Let me start out by saying that Excel’s Forecast Function is not a complete inventory forecasting system. Forecasting in inventory management generally involves removing noise from demand, then calculating and incorporating trends, seasonality, and events. The Forecast Function is not going to do all these things for you (technically it could, but there are better ways to accomplish some of these). But it is a neat little function that’s easy to use, and it can certainly be a part of your forecasting system.

According to Microsoft Help on the Forecast function, “The FORECAST(x, known_y's,known_x's) function returns the predicted value of the dependent variable (represented in the data by known_y's) for the specific value, x, of the independent variable (represented in the data by known_x's) by using a best fit (least squares) linear regression to predict y values from x values.”

So what exactly does this mean?

Linear regression is a form of regression analysis and can be used to calculate a mathematical relationship between two (or more) sets of data. In forecasting, you would use this if you thought one set of data could be used to predict another set of data. For example, if you sold building supplies, you may find that changes in interest rates can be used to predict sales of your products. This is a classic example of using regression to calculate a relationship between an external variable (interest rates) and an internal variable (your sales). However, as we will see later, you can also use regression to calculate a relationship within the same set of data.

A typical approach towards regression analysis involves using regression to determine the mathematical relationship, but also to help give you an idea of how valid that relationship is (that’s the analysis part). The Forecast Function skips the analysis, and just calculates a relationship and automatically applies it to your output. This makes things easier for the user, but it assumes your relationship is valid. So essentially, the Forecast function uses linear regression to predict a value based on a relationship between two sets of data.

Let's see some examples.

In Figure 1A, we have a spreadsheet that includes the average interest rate over the previous 4 years and unit sales during that same 4-year period. We also show a predicted interest rate for the 5th year. We can see in the example that our unit sales go up as interest rates come down, and go down as interest rates go up. Just looking at the example, we can probably guess that our sales for year 5 would be somewhere between 5,000 and 6,000 based on the observed relationship between interest rates and sales during the previous periods. We can use the Forecast Function to more precisely quantify this relationship and apply it to the 5th year.

Figure 1A

Figure 1A

In Figure 1B, you can see the Forecast Function being applied. In this case, the formula in cell F4 is =FORECAST(F2,B3:E3,B2:E2) . What we have within the parenthesis is known as an “argument”. An argument is really just a means of passing parameters on to the function being used (in this case, the Forecast function ). Each parameter is separated by a comma. In order for the Forecast Function to work, it needs to know the value we are using to predict our output (our year 5 sales). In our case, the parameter (our Year 5 interest rate) is in cell F2, so the first element of our argument is F2. Next, it needs to know where it can find the existing values it will use to determine the relationship to apply to F2. First we need to enter the cells that represent the values of our dependent variable. In our case, this would be our units sold during the previous 4 years, therefore we enter B3:E3. Then we need to enter the cells that represent the values of our predictor variable. In our case, this would be the interest rates during the previous 4 years, therefore we enter B2:E2) .

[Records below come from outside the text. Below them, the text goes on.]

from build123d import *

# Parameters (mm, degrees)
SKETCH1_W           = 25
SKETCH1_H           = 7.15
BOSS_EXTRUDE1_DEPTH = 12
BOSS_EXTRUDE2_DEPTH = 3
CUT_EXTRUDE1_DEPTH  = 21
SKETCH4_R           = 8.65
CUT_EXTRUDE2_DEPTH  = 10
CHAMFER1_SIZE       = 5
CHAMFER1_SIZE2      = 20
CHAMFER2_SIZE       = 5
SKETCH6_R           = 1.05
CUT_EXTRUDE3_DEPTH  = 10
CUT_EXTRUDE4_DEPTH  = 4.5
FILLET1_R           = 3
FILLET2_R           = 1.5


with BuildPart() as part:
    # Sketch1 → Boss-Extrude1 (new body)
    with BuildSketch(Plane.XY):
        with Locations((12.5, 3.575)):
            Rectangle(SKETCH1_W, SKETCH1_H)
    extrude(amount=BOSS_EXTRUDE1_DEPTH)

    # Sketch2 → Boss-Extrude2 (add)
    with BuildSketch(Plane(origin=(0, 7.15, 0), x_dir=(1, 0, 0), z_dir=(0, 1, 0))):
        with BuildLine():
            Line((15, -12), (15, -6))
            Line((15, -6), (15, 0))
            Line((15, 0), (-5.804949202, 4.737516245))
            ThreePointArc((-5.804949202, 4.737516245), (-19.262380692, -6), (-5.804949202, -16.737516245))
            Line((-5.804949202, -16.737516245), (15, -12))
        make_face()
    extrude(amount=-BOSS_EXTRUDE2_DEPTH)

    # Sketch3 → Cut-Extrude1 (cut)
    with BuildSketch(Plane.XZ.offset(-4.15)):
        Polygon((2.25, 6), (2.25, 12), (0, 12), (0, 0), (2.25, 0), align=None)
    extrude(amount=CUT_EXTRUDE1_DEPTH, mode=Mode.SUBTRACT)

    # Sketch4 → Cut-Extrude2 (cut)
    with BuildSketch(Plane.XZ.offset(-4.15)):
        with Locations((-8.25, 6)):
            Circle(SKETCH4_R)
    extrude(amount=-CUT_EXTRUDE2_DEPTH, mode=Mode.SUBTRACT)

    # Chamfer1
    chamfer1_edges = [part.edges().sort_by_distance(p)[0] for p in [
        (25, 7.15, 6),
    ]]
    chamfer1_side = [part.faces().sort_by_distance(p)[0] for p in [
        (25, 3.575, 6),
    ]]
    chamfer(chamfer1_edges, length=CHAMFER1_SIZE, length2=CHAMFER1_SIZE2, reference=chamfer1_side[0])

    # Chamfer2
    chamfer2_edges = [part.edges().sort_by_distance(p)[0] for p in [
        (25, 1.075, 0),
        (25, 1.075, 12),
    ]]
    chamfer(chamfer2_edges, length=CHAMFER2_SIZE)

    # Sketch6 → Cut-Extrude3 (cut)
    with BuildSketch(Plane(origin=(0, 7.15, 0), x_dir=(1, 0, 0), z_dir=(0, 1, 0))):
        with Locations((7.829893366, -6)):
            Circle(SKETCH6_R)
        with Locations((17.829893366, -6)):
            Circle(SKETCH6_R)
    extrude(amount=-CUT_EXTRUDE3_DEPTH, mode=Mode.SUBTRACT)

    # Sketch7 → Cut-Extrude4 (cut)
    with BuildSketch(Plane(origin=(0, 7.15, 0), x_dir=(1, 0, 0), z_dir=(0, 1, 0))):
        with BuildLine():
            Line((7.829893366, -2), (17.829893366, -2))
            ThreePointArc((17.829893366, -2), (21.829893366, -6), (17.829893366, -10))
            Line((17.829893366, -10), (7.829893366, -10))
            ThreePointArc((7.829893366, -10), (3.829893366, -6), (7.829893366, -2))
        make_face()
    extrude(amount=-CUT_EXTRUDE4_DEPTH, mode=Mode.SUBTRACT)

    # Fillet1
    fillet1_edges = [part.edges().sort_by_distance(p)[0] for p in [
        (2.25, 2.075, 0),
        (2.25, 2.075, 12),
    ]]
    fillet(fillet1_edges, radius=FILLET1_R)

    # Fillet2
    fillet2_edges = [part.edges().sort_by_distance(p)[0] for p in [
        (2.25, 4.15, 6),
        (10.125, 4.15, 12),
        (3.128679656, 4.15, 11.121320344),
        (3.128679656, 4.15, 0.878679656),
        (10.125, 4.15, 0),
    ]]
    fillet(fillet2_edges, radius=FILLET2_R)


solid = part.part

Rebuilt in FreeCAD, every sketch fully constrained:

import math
import FreeCAD as App
import Part
import Sketcher
from FreeCAD import Vector


def edges_at(feature, points):
    """Names of the edges that pass closest to the given points."""
    edges = feature.Shape.Edges
    near = lambda p: min(range(len(edges)), key=lambda i: edges[i].distToShape(Part.Vertex(*p))[0])
    return sorted({f"Edge{near(p) + 1}" for p in points})


def add_polygon(sketch, points):
    """Adds a closed chain of lines whose ends are joined by coincident constraints."""
    first, n = sketch.GeometryCount, len(points)
    for a, b in zip(points, points[1:] + points[:1]):
        sketch.addGeometry(Part.LineSegment(App.Vector(*a, 0), App.Vector(*b, 0)), False)
    for i in range(n):
        sketch.addConstraint(Sketcher.Constraint("Coincident", first + i, 2, first + (i + 1) % n, 1))

doc = App.newDocument("Part")
params = doc.addObject("Spreadsheet::Sheet", "Params")
for row, (alias, value) in enumerate([
    ("sketch1_width", "25 mm"),
    ("sketch1_height", "7.15 mm"),
    ("pad1_length", "12 mm"),
    ("sketch2_height", "12 mm"),
    ("pad2_length", "3 mm"),
    ("sketch3_height", "12 mm"),
    ("sketch3_width", "2.25 mm"),
    ("pocket1_length", "21 mm"),
    ("sketch4_diameter", "17.3 mm"),
    ("pocket2_length", "10 mm"),
    ("chamfer_size", "5 mm"),
    ("chamfer_size2", "20 mm"),
    ("chamfer2_size", "5 mm"),
    ("sketch5_diameter", "2.1 mm"),
    ("pocket3_length", "10 mm"),
    ("sketch6_radius", "4 mm"),
    ("sketch6_width", "10 mm"),
    ("pocket4_length", "4.5 mm"),
    ("fillet_radius", "3 mm"),
    ("fillet2_radius", "1.5 mm"),
], start=1):
    params.set(f"A{row}", alias)
    params.set(f"B{row}", "=" + value)
    params.setAlias(f"B{row}", alias)

body = doc.addObject("PartDesign::Body", "Body")

# Sketch on XY plane
sketch1 = doc.addObject("Sketcher::SketchObject", "Sketch")
body.addObject(sketch1)
sketch1.AttachmentSupport = (doc.XY_Plane, [""])
sketch1.MapMode = "FlatFace"
add_polygon(sketch1, [(0, 7), (0, 0), (25, 0), (25, 7)])  # lines 0-3
sketch1.addConstraint(Sketcher.Constraint("Vertical", 0))
sketch1.addConstraint(Sketcher.Constraint("Horizontal", 1))
sketch1.addConstraint(Sketcher.Constraint("Vertical", 2))
sketch1.addConstraint(Sketcher.Constraint("Horizontal", 3))
sketch1.addConstraint(Sketcher.Constraint("Coincident", 0, 2, -1, 1))
sketch1.addConstraint(Sketcher.Constraint("DistanceX", 1, 1, 1, 2, 25.0))
sketch1.addConstraint(Sketcher.Constraint("DistanceY", 0, 2, 0, 1, 7.15))
sketch1.setExpression("Constraints[9]", "Params.sketch1_width")
sketch1.setExpression("Constraints[10]", "Params.sketch1_height")
pad1 = doc.addObject("PartDesign::Pad", "Pad")
body.addObject(pad1)
pad1.Profile = sketch1
pad1.setExpression("Length", "Params.pad1_length")

# Sketch on XZ plane
sketch2 = doc.addObject("Sketcher::SketchObject", "Sketch001")
body.addObject(sketch2)
sketch2.AttachmentSupport = (doc.XZ_Plane, [""])
sketch2.MapMode = "FlatFace"
sketch2.AttachmentOffset = App.Placement(Vector(0, 0, -7.15), App.Rotation())
sketch2.addGeometry(Part.LineSegment(Vector(15, 12, 0), Vector(15, 0, 0)), False)
sketch2.addGeometry(Part.LineSegment(Vector(15, 0, 0), Vector(-6, -5, 0)), False)
sketch2.addGeometry(Part.ArcOfCircle(Part.Circle(Vector(-8, 6, 0), Vector(0, 0, 1), 11), math.radians(77), math.radians(283)), False)
sketch2.addGeometry(Part.LineSegment(Vector(-6, 17, 0), Vector(15, 12, 0)), False)
sketch2.addConstraint(Sketcher.Constraint("Coincident", 0, 2, 1, 1))
sketch2.addConstraint(Sketcher.Constraint("Tangent", 1, 2, 2, 2))
sketch2.addConstraint(Sketcher.Constraint("Tangent", 2, 1, 3, 1))
sketch2.addConstraint(Sketcher.Constraint("Coincident", 3, 2, 0, 1))
sketch2.addConstraint(Sketcher.Constraint("Vertical", 0))
sketch2.addConstraint(Sketcher.Constraint("PointOnObject", 0, 2, -1))
sketch2.addConstraint(Sketcher.Constraint("Vertical", 1, 2, 2, 1))
sketch2.addConstraint(Sketcher.Constraint("DistanceY", 0, 2, 0, 1, 12.0))
sketch2.addConstraint(Sketcher.Constraint("DistanceX", -1, 1, 0, 2, 15.0))
sketch2.addConstraint(Sketcher.Constraint("DistanceX", 2, 3, -1, 1, 8.25))
sketch2.addConstraint(Sketcher.Constraint("Radius", 2, 11.012381))
sketch2.setExpression("Constraints[7]", "Params.sketch2_height")
pad2 = doc.addObject("PartDesign::Pad", "Pad001")
body.addObject(pad2)
pad2.Profile = sketch2
pad2.setExpression("Length", "Params.pad2_length")

# Sketch on XZ plane
sketch3 = doc.addObject("Sketcher::SketchObject", "Sketch002")
body.addObject(sketch3)
sketch3.AttachmentSupport = (doc.XZ_Plane, [""])
sketch3.MapMode = "FlatFace"
sketch3.AttachmentOffset = App.Placement(Vector(0, 0, -4.15), App.Rotation())
add_polygon(sketch3, [(2.2, 12), (0, 12), (0, 0), (2.2, 0)])  # lines 0-3
sketch3.addConstraint(Sketcher.Constraint("Horizontal", 0))
sketch3.addConstraint(Sketcher.Constraint("Vertical", 1))
sketch3.addConstraint(Sketcher.Constraint("Horizontal", 2))
sketch3.addConstraint(Sketcher.Constraint("Vertical", 3))
sketch3.addConstraint(Sketcher.Constraint("Coincident", 1, 2, -1, 1))
sketch3.addConstraint(Sketcher.Constraint("DistanceY", 1, 2, 1, 1, 12.0))
sketch3.addConstraint(Sketcher.Constraint("DistanceX", 0, 2, 0, 1, 2.25))
sketch3.setExpression("Constraints[9]", "Params.sketch3_height")
sketch3.setExpression("Constraints[10]", "Params.sketch3_width")
pocket1 = doc.addObject("PartDesign::Pocket", "Pocket")
body.addObject(pocket1)
pocket1.Profile = sketch3
pocket1.setExpression("Length", "Params.pocket1_length")
pocket1.Reversed = True

# Sketch on XZ plane
sketch4 = doc.addObject("Sketcher::SketchObject", "Sketch003")
body.addObject(sketch4)
sketch4.AttachmentSupport = (doc.XZ_Plane, [""])
sketch4.MapMode = "FlatFace"
sketch4.AttachmentOffset = App.Placement(Vector(0, 0, -4.15), App.Rotation())
sketch4.addGeometry(Part.Circle(Vector(-8, 6, 0), Vector(0, 0, 1), 9), False)
sketch4.addConstraint(Sketcher.Constraint("Diameter", 0, 17.3))
sketch4.addConstraint(Sketcher.Constraint("DistanceY", -1, 1, 0, 3, 6.0))
sketch4.addConstraint(Sketcher.Constraint("DistanceX", 0, 3, -1, 1, 8.25))
sketch4.setExpression("Constraints[0]", "Params.sketch4_diameter")
pocket2 = doc.addObject("PartDesign::Pocket", "Pocket001")
body.addObject(pocket2)
pocket2.Profile = sketch4
pocket2.setExpression("Length", "Params.pocket2_length")
doc.recompute()

chamfer = doc.addObject("PartDesign::Chamfer", "Chamfer")
body.addObject(chamfer)
chamfer.Base = (pocket2, edges_at(pocket2, [(25, 7.15, 6)]))
chamfer.ChamferType = "Two distances"
chamfer.setExpression("Size", "Params.chamfer_size")
chamfer.setExpression("Size2", "Params.chamfer_size2")
chamfer.FlipDirection = True
doc.recompute()

chamfer2 = doc.addObject("PartDesign::Chamfer", "Chamfer001")
body.addObject(chamfer2)
chamfer2.Base = (chamfer, edges_at(chamfer, [(25, 1.075, 0), (25, 1.075, 12)]))
chamfer2.setExpression("Size", "Params.chamfer2_size")

# Sketch on XZ plane
sketch5 = doc.addObject("Sketcher::SketchObject", "Sketch004")
body.addObject(sketch5)
sketch5.AttachmentSupport = (doc.XZ_Plane, [""])
sketch5.MapMode = "FlatFace"
sketch5.AttachmentOffset = App.Placement(Vector(0, 0, -7.15), App.Rotation())
sketch5.addGeometry(Part.Circle(Vector(7.8, 6, 0), Vector(0, 0, 1), 1.1), False)
sketch5.addGeometry(Part.Circle(Vector(17.8, 6, 0), Vector(0, 0, 1), 1.1), False)
sketch5.addConstraint(Sketcher.Constraint("Equal", 0, 1))
sketch5.addConstraint(Sketcher.Constraint("Horizontal", 0, 3, 1, 3))
sketch5.addConstraint(Sketcher.Constraint("Diameter", 0, 2.1))
sketch5.addConstraint(Sketcher.Constraint("DistanceY", -1, 1, 0, 3, 6.0))
sketch5.addConstraint(Sketcher.Constraint("DistanceX", 0, 3, 1, 3, 10.0))
sketch5.addConstraint(Sketcher.Constraint("DistanceX", -1, 1, 0, 3, 7.829893))
sketch5.setExpression("Constraints[2]", "Params.sketch5_diameter")
pocket3 = doc.addObject("PartDesign::Pocket", "Pocket002")
body.addObject(pocket3)
pocket3.Profile = sketch5
pocket3.setExpression("Length", "Params.pocket3_length")
pocket3.Reversed = True

# Sketch on XZ plane
sketch6 = doc.addObject("Sketcher::SketchObject", "Sketch005")
body.addObject(sketch6)
sketch6.AttachmentSupport = (doc.XZ_Plane, [""])
sketch6.MapMode = "FlatFace"
sketch6.AttachmentOffset = App.Placement(Vector(0, 0, -7.15), App.Rotation())
sketch6.addGeometry(Part.LineSegment(Vector(17.8, 2, 0), Vector(7.8, 2, 0)), False)
sketch6.addGeometry(Part.ArcOfCircle(Part.Circle(Vector(7.8, 6, 0), Vector(0, 0, 1), 4), math.radians(90), math.radians(270)), False)
sketch6.addGeometry(Part.LineSegment(Vector(7.8, 10, 0), Vector(17.8, 10, 0)), False)
sketch6.addGeometry(Part.ArcOfCircle(Part.Circle(Vector(17.8, 6, 0), Vector(0, 0, 1), 4), math.radians(-90), math.radians(90)), False)
sketch6.addConstraint(Sketcher.Constraint("Tangent", 0, 2, 1, 2))
sketch6.addConstraint(Sketcher.Constraint("Tangent", 1, 1, 2, 1))
sketch6.addConstraint(Sketcher.Constraint("Tangent", 2, 2, 3, 2))
sketch6.addConstraint(Sketcher.Constraint("Tangent", 3, 1, 0, 1))
sketch6.addConstraint(Sketcher.Constraint("Horizontal", 0))
sketch6.addConstraint(Sketcher.Constraint("Horizontal", 2))
sketch6.addConstraint(Sketcher.Constraint("Radius", 1, 4.0))
sketch6.addConstraint(Sketcher.Constraint("DistanceX", 0, 2, 0, 1, 10.0))
sketch6.addConstraint(Sketcher.Constraint("DistanceY", -1, 1, 1, 3, 6.0))
sketch6.addConstraint(Sketcher.Constraint("DistanceX", -1, 1, 1, 3, 7.829893))
sketch6.setExpression("Constraints[6]", "Params.sketch6_radius")
sketch6.setExpression("Constraints[7]", "Params.sketch6_width")
pocket4 = doc.addObject("PartDesign::Pocket", "Pocket003")
body.addObject(pocket4)
pocket4.Profile = sketch6
pocket4.setExpression("Length", "Params.pocket4_length")
pocket4.Reversed = True
doc.recompute()

fillet = doc.addObject("PartDesign::Fillet", "Fillet")
body.addObject(fillet)
fillet.Base = (pocket4, edges_at(pocket4, [(2.25, 2.075, 0), (2.25, 2.075, 12)]))
fillet.setExpression("Radius", "Params.fillet_radius")
doc.recompute()

fillet2 = doc.addObject("PartDesign::Fillet", "Fillet001")
body.addObject(fillet2)
fillet2.Base = (fillet, edges_at(fillet, [
    (2.25, 4.15, 6),
    (10.125, 4.15, 12),
    (3.129, 4.15, 11.121),
    (3.129, 4.15, 0.879),
    (10.125, 4.15, 0),
]))
fillet2.setExpression("Radius", "Params.fillet2_radius")

doc.recompute()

The Forecast Function can now compare the units sold during years 1 through 4 to the interest rates in those same years, and then apply that relationship to our predicted Year 5 interest rate to get our forecasted sales for Year 5 of 5,654 units.

Figure 1B

Figure 1B

In the previous example, we can look at the graphs to help try to visualize the relationship. At first glance, it may not look so obvious because we have an inverse relationship (sales go UP as interest rates go DOWN), but if you mentally flipped one of the graphs, you would see a very clear relationship. That’s one of the cool things about the Forecast Function (and regression analysis). It can easily deal with an inverse relationship.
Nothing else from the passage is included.